List, from the lines below, each one with "SolidPython" in it.

+ + + +

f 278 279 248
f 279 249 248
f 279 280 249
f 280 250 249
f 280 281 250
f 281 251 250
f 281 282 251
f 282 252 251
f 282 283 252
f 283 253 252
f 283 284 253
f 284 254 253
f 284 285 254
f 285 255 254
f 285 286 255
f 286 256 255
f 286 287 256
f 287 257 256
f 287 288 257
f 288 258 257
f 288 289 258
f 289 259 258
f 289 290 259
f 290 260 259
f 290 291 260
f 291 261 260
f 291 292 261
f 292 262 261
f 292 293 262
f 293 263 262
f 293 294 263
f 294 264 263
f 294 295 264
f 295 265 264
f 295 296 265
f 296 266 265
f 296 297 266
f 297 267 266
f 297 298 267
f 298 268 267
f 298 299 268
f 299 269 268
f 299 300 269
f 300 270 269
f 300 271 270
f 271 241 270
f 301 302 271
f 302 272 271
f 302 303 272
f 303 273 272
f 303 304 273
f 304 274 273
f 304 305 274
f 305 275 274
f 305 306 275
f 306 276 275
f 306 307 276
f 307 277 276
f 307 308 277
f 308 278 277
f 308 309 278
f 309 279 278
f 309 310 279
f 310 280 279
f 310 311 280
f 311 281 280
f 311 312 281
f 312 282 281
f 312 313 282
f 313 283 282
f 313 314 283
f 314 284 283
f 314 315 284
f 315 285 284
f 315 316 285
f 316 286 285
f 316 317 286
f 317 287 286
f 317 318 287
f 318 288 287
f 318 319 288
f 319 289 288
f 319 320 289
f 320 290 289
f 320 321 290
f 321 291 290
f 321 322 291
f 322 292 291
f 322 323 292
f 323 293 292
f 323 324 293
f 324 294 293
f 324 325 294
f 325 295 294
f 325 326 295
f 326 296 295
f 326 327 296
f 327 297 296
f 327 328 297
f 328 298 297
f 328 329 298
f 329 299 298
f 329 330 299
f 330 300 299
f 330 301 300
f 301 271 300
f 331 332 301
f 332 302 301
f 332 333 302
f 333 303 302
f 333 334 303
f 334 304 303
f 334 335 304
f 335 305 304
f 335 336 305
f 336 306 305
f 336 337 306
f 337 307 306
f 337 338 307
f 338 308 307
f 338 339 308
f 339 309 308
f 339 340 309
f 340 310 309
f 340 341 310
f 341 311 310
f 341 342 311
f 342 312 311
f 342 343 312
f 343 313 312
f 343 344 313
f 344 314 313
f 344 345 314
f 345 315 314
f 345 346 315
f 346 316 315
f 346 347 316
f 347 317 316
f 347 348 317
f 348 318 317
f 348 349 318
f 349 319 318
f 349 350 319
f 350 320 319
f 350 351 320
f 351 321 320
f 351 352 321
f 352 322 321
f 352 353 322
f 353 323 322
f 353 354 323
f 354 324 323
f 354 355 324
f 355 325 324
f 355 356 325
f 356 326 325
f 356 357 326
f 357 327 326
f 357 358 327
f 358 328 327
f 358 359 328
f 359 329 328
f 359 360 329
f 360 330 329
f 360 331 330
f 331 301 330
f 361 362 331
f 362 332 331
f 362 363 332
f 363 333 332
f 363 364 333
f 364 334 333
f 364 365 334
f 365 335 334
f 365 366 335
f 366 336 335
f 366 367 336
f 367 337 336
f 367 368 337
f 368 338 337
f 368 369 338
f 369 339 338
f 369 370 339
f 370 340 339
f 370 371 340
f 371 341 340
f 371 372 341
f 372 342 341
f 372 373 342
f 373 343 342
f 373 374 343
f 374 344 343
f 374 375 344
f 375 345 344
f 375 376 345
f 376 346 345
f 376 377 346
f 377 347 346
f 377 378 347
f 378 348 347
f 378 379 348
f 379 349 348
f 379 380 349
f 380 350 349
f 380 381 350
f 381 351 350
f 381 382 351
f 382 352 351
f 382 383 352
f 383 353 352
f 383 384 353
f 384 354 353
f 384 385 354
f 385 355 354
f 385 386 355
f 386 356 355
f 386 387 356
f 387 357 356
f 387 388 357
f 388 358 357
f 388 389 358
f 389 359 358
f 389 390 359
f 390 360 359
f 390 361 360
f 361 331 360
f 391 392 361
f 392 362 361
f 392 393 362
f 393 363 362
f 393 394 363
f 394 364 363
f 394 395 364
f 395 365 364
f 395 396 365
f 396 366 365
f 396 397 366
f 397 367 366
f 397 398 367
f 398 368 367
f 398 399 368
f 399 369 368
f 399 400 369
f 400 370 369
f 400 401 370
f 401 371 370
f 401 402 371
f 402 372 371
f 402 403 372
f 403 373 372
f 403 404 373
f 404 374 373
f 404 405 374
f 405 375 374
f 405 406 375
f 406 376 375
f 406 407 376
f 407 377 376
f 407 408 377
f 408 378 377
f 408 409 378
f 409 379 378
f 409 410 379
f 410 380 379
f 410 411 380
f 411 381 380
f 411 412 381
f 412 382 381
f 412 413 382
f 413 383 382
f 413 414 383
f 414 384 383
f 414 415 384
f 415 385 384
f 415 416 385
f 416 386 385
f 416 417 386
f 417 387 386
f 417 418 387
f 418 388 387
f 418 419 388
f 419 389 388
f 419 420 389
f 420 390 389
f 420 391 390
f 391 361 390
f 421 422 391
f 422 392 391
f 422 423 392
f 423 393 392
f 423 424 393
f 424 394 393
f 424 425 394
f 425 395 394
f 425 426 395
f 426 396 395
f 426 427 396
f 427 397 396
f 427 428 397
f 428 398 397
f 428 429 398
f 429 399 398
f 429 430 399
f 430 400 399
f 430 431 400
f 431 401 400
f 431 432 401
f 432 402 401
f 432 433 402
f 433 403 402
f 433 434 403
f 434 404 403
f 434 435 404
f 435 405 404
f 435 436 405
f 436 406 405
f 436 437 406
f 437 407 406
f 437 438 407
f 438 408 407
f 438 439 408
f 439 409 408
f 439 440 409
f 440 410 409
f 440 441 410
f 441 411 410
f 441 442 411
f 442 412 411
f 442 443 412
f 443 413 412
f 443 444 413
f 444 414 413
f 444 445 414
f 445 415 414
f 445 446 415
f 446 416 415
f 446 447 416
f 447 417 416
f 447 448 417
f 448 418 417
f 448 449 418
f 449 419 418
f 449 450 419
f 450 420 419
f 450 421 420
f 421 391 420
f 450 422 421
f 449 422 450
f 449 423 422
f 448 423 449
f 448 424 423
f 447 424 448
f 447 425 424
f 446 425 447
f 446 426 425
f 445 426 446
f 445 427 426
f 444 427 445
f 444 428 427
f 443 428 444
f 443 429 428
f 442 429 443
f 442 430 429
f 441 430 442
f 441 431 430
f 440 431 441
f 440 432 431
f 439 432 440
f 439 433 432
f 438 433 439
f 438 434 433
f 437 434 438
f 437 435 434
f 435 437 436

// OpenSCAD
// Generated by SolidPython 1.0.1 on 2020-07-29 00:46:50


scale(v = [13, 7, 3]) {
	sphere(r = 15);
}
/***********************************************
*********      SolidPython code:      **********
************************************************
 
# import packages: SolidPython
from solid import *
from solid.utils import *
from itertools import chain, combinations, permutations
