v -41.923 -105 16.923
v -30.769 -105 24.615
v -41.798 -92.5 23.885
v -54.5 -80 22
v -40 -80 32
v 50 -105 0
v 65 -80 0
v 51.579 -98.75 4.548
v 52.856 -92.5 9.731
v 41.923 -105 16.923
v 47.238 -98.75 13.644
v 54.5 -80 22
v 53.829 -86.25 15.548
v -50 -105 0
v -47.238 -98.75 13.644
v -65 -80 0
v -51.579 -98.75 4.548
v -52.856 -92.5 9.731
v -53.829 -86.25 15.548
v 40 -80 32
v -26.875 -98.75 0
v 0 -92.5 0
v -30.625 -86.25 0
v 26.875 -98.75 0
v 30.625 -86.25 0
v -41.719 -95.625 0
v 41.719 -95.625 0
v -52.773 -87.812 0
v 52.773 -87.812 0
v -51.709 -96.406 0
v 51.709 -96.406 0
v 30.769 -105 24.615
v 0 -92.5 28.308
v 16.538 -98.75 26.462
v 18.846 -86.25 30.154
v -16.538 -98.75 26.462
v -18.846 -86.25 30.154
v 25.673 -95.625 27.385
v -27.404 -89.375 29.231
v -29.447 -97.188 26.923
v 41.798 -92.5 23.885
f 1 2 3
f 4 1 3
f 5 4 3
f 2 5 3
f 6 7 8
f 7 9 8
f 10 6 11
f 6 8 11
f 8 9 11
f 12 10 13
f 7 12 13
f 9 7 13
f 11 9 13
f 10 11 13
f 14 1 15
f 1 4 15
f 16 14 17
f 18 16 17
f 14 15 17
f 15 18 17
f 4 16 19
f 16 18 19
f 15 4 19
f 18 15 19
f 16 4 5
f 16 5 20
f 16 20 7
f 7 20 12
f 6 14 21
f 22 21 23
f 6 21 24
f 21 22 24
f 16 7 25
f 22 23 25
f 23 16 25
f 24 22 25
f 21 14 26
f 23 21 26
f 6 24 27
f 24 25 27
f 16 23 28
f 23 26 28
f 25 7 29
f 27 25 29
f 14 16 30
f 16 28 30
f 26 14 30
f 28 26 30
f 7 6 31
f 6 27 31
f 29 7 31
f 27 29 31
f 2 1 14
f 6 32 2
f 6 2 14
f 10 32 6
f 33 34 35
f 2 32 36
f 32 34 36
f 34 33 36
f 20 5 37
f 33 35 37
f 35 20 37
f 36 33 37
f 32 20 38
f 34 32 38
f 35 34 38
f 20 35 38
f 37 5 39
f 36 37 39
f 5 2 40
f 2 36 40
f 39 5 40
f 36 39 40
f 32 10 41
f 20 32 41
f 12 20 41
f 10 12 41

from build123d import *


with BuildPart() as f4:
    # F3 (on offset) → F4 section 0
    with BuildSketch(Plane.XZ.offset(105)):
        Polygon((-41.923077, 16.923077), (-50, 0), (50, 0), (41.923077, 16.923077), (30.769231, 24.615385), (0, 24.615385), (-30.769231, 24.615385), align=None)
    # F1 (on offset) → F4 section 1
    with BuildSketch(Plane.XZ.offset(80)):
        Polygon((-54.5, 22), (-65, 0), (65, 0), (54.5, 22), (40, 32), (0, 32), (-40, 32), align=None)
    loft()


solid = f4.part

+ + + +

- [Exercise answer]:
// Generated by SolidPython 1.0.1 on 2020-07-29 00:46:50
*********      SolidPython code:      **********
# import packages: SolidPython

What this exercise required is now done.